Через полтора месяца отец и брат Катрин снова возвращались с удачной охоты, и им показалось, что кто-то идет за ними следом. Обернувшись, они увидели, что сзади, на почтительном расстоянии, но прямо по их следам, идет тот самый волк. Рядом были двое волчат. Так это был вовсе не волк. Волчица с детенышами дошла за ними до самого жилья и уселась на своем обычном месте. Не это ли было причиной, по которой она стала приходить к людям? Может, чувствовала, что люди смогут облегчить ее существование в трудное для нее время? Она принимала угощения, а когда и волчата подросли настолько, что могли питаться мясом, кормила их объедками. Несколько недель волчица оставалась возле людей, волчата и дети играли вместе, возились на мягкой травяной подстилке. Когда подошло время сниматься и уходить вниз на равнины, волчица как будто не собиралась с ними, но видно было — ей хотелось, чтобы люди оставили у себя ее волчат. Она разворачивала их и подталкивала назад, к людям, которые готовились к переходу. Катрин поняла, чего просит волчица. Она подошла, взяла в охапку обоих волчат и отнесла в становище.
За зиму на равнине волчата выросли очень быстро, они подбирали за людьми объедки и лакомились кусками мяса, которые им порой кидали. Они по пятам следовали за охотниками, куда бы те ни направлялись, даже присоединялись к погоне, помогая догонять убегающего оленя или кабана, раненных копьями. Они явно отрабатывали свое пропитание. Когда охотники встречались с людьми из других общин, те не верили собственным глазам, видя рядом с ними волков и слушая рассказы о том, что звери живут вместе с ними. Выходит, старые истории не лгали. Волки пробыли с людьми всю зиму, помогая охотиться, они все сильнее привязывались к Катрин и ее семье. На следующее лето, когда нужно было по заведенному обычаю перемещаться в горы, волчат, точнее, молодых волков охватило беспокойство. С наступлением темноты они стали уходить и возвращались только на следующий день. Они разрывались между новой жизнью с людьми, безопасной, сытной, и зовом стаи волков, вой которых разносился ночами по долинам. Как-то раз они ушли и не вернулись.

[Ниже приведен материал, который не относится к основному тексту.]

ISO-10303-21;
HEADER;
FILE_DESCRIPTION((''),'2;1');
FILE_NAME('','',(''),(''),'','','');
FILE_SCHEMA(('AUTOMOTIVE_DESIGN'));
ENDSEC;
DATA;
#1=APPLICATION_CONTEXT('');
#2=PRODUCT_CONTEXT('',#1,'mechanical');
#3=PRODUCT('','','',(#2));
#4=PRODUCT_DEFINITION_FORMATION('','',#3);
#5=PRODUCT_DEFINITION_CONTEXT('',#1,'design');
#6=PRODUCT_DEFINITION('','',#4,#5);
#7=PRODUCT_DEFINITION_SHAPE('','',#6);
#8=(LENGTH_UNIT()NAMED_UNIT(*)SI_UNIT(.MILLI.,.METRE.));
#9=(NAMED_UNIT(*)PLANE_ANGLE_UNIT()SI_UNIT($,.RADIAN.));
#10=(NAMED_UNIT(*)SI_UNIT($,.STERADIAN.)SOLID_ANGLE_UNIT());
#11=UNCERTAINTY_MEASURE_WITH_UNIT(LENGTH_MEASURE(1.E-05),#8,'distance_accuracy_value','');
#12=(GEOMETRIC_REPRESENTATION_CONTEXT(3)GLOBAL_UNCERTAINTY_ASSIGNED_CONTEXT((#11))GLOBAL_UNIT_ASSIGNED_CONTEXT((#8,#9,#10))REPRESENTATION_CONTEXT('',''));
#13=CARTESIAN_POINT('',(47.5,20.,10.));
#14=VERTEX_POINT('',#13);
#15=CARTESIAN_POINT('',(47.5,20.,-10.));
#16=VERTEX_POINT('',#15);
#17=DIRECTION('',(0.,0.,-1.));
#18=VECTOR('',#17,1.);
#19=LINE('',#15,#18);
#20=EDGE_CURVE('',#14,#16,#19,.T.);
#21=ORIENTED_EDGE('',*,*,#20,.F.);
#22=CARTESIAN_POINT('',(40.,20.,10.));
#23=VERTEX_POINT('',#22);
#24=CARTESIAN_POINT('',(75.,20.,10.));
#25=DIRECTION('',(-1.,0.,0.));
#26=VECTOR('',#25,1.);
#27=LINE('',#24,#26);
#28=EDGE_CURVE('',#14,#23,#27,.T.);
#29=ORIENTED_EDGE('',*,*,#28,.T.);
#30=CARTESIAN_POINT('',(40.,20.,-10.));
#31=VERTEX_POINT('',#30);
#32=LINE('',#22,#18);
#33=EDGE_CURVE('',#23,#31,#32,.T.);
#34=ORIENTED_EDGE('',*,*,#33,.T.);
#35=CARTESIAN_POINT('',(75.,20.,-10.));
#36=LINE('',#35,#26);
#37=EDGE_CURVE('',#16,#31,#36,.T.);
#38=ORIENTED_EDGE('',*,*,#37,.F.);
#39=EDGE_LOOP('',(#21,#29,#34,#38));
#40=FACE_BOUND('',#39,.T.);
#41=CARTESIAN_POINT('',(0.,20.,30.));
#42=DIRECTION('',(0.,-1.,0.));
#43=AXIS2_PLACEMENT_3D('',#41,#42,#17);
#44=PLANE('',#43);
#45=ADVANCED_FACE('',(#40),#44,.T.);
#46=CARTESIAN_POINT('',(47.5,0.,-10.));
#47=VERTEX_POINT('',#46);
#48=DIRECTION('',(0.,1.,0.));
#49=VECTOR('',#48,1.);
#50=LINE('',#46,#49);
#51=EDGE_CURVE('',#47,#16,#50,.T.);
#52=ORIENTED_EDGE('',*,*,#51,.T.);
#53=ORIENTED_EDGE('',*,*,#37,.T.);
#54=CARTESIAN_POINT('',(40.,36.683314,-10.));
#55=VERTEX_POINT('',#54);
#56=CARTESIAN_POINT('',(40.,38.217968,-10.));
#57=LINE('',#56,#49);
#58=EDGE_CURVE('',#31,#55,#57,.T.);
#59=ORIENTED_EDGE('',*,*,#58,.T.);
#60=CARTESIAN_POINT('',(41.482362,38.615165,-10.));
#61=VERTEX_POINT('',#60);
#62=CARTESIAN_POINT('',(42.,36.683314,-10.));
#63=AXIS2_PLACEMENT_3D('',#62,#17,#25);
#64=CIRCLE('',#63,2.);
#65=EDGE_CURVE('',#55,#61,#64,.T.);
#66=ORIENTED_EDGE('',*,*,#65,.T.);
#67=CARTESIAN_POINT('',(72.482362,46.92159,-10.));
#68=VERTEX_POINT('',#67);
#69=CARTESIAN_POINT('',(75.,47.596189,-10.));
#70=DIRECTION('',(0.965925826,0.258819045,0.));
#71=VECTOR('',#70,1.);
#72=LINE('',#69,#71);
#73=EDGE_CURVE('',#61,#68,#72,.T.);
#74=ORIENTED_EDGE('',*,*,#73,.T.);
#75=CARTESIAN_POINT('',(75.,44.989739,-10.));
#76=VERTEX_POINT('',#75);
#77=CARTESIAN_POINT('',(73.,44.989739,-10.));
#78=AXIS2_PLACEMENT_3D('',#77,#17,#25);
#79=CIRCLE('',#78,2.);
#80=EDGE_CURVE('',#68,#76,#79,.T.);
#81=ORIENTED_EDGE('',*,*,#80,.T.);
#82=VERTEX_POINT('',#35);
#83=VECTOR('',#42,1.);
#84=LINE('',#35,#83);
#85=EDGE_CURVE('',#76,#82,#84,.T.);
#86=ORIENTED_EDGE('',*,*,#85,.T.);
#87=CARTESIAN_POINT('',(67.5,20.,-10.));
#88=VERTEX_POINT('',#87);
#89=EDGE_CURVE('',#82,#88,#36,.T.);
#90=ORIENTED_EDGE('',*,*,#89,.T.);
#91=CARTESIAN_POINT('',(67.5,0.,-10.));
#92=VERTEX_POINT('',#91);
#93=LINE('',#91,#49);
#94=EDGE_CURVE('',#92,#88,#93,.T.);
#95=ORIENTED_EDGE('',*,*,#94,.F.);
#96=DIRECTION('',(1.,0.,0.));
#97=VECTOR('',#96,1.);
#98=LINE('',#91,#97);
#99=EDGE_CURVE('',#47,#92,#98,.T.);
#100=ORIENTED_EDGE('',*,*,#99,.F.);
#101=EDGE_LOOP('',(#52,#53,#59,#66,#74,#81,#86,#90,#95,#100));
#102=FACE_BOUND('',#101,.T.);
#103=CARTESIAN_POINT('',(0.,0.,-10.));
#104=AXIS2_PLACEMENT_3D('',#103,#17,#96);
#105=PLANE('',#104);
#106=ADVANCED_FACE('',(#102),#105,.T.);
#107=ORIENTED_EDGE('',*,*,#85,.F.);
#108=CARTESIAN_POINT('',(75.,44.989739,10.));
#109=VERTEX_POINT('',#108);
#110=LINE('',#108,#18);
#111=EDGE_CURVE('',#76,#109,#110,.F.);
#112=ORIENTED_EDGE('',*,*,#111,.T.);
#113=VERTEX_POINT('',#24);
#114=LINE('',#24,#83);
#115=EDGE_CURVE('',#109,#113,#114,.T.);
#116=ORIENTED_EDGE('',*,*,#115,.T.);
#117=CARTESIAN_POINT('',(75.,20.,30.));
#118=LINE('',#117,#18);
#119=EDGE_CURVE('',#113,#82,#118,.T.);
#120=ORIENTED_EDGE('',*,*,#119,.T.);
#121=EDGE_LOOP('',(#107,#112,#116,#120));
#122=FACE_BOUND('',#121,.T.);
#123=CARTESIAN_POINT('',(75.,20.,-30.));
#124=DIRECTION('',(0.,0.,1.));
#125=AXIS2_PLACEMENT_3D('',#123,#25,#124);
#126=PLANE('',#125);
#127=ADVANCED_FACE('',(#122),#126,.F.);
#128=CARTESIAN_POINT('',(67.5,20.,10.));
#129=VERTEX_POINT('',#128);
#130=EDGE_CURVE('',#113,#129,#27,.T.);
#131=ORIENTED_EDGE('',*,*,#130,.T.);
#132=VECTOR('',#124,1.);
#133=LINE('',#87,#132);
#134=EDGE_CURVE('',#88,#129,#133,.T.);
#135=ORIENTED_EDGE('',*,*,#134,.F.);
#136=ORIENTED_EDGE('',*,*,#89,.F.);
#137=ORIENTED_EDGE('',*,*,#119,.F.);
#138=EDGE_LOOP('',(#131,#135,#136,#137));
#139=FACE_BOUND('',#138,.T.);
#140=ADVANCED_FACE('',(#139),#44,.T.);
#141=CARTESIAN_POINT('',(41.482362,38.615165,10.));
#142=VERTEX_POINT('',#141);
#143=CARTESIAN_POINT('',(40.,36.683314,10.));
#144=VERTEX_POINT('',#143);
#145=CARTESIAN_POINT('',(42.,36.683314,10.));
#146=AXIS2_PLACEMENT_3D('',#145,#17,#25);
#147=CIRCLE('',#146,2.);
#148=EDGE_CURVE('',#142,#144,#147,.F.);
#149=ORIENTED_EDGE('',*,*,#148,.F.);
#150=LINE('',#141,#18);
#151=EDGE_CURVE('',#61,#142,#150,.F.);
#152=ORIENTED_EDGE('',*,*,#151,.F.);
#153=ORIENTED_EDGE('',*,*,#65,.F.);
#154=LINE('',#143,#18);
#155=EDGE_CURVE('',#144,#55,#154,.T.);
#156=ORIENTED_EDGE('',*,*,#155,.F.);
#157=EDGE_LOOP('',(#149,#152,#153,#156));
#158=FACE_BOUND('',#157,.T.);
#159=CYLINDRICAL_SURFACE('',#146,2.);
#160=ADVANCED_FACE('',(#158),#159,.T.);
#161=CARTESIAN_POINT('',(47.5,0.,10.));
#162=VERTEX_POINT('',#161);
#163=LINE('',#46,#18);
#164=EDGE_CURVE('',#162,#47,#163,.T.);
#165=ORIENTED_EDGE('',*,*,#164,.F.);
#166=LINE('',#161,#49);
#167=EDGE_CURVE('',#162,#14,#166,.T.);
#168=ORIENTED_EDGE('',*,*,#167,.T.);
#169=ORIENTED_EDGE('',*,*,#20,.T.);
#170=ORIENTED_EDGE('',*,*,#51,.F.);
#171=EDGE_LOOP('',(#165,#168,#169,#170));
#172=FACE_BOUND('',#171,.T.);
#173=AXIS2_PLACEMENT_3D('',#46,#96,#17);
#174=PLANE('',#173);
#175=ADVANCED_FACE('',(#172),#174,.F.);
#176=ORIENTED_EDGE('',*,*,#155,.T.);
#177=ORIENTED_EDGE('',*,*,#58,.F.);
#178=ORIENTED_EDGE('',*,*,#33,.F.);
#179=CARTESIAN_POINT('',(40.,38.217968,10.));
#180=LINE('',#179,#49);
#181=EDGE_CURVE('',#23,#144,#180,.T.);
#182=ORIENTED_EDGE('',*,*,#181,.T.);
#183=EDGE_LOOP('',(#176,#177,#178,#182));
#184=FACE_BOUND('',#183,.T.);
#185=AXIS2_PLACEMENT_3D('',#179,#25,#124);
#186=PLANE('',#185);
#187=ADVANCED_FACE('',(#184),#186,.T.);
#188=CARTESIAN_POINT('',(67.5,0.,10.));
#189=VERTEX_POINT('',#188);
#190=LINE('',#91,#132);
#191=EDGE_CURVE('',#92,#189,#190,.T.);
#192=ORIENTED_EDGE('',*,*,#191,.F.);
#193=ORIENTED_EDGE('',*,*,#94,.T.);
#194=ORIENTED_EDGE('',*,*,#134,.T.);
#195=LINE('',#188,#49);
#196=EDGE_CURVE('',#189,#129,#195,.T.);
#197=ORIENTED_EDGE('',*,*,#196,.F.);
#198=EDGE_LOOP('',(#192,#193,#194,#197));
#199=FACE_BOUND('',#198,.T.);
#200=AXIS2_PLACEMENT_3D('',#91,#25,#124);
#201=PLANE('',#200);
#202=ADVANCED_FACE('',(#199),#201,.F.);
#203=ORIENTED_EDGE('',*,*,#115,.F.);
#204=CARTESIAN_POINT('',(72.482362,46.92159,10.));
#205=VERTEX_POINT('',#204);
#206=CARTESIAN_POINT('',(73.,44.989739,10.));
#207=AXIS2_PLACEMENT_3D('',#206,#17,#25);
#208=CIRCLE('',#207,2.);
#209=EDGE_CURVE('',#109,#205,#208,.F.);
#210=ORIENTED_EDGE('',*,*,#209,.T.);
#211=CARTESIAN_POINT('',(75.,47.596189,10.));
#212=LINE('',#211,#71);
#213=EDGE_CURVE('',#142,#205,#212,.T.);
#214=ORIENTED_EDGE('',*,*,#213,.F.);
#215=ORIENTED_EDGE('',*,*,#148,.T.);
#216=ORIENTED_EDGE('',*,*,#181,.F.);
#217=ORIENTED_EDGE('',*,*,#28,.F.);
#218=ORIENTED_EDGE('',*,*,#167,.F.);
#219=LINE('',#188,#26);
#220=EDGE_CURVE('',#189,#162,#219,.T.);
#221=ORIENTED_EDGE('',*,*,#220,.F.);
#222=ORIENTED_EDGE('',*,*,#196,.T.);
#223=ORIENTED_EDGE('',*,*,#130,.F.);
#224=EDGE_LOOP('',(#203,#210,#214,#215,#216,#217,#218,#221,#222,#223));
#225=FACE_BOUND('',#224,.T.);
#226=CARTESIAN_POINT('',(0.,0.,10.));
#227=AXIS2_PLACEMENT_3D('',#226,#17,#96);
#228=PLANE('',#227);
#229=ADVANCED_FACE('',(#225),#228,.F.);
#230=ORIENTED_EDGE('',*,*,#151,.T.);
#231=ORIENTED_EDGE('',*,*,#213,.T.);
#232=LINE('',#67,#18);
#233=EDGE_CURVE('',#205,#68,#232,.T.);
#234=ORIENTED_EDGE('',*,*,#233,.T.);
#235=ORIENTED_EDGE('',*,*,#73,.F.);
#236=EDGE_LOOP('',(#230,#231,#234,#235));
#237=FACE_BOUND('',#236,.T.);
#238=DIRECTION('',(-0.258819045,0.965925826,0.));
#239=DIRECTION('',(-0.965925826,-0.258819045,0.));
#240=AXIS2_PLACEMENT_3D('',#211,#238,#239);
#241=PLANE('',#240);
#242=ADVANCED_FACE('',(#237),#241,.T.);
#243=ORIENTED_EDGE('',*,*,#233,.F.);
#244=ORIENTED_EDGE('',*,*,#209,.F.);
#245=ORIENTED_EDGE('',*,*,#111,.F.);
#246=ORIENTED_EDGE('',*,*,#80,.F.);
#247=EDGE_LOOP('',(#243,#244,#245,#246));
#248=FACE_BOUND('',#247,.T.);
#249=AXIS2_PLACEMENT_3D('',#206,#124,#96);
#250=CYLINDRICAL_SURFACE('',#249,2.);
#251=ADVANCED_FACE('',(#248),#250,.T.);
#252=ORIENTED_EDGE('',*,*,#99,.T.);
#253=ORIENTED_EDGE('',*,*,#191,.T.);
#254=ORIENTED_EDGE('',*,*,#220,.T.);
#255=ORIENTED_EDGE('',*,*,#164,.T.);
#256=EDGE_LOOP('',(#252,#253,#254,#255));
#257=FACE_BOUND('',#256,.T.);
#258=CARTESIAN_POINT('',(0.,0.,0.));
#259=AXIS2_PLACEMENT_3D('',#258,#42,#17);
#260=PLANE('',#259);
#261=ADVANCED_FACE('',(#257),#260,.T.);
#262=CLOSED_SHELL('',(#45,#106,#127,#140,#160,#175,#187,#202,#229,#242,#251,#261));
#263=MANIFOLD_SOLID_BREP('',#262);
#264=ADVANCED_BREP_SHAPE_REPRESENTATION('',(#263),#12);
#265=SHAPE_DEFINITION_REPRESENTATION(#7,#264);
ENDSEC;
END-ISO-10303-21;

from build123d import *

# Parameters (mm, degrees)
SKETCH2_W           = 150
SKETCH2_H           = 60
EXTRUDE1_DEPTH      = 20
SKETCH3_W           = 20.4
SKETCH3_H           = 20.4
EXTRUDE2_DEPTH      = 20
EXTRUDE3_DEPTH      = 10
EXTRUDE4_DEPTH      = 98.418669917
EXTRUDE4_DEPTH_BACK = 98.418669917
SKETCH5_W           = 75
SKETCH5_H           = 27.596189432
SKETCH6_W           = 20
SKETCH6_H           = 20
EXTRUDE5_DEPTH      = 20
FILLET1_R           = 2


with BuildPart() as part:
    # Sketch2 → Extrude1 (new body)
    with BuildSketch(Plane(origin=(0, 0, 0), x_dir=(1, 0, 0), z_dir=(0, 1, 0))):
        Rectangle(SKETCH2_W, SKETCH2_H)
    extrude(amount=EXTRUDE1_DEPTH)

    # Sketch3 → Extrude2 (cut)
    with BuildSketch(Plane(origin=(0, 20, 0), x_dir=(1, 0, 0), z_dir=(0, 1, 0))):
        with Locations((0, 12.9)):
            Rectangle(SKETCH3_W, SKETCH3_H)
        with Locations((0, -12.9)):
            Rectangle(SKETCH3_W, SKETCH3_H)
    extrude(amount=-EXTRUDE2_DEPTH, mode=Mode.SUBTRACT)

    # Sketch4 → Extrude3 (add, symmetric)
    with BuildSketch(Plane.XY):
        Polygon((-75, 20), (-75, 47.596189432), (-40, 38.217967697), (-40, 20), align=None)
    extrude3 = extrude(amount=EXTRUDE3_DEPTH, both=True)

    # Mirror1: Extrude3 across plane
    add(extrude3.mirror(Plane(origin=(0, 0, 0), x_dir=(0, 0, 1), z_dir=(1, 0, 0))))

    # Sketch5 → Extrude4 (cut, two sides: drawn at the far end of the back side and taken through both)
    with BuildSketch(Plane(origin=(0, 0, -10), x_dir=(-1, 0, 0), z_dir=(0, 0, -1)).offset(-EXTRUDE4_DEPTH_BACK)):
        Polygon((-40, 20), (-75, 20), (-75, 0), (75, 0), (75, 20), (0, 20), align=None)
        with Locations((37.5, 33.798094716)):
            Rectangle(SKETCH5_W, SKETCH5_H)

Катрин и ее община всегда помнили волчицу-мать и молодых волков. Подобные встречи между людьми и волками повторялись неоднократно. Волчата оставались с людьми на один год, но иногда и больше. Мало-помалу они привыкали к жизни с людьми, к зависимости от них, постепенно утрачивали свои дикие инстинкты — они становились первыми домашними животными — собаками. Восемь тысяч лет назад собаки уже были постоянными спутниками охотников, заселивших всю Европу после отступления последнего ледникового периода. Некоторые собаки стали так важны для своих владельцев, что их удостаивали чести быть похороненными со своими хозяевами.
Клан Катрин процветал на территории северной Италии, позднее он распространился за ее пределы. Спустя десять тысяч лет после ее смерти, один из множества ее потомков погиб в горах, пытаясь перейти Альпы. Это знакомый нам Тирольский ледовый человек. В наши дни шесть процентов коренных европейцев относятся к клану Катрин. Особенно часто ее потомков можно встретить в районе Средиземного моря, но, как и в случае с другими кланами, многие из ее клана расселились по всей Европе.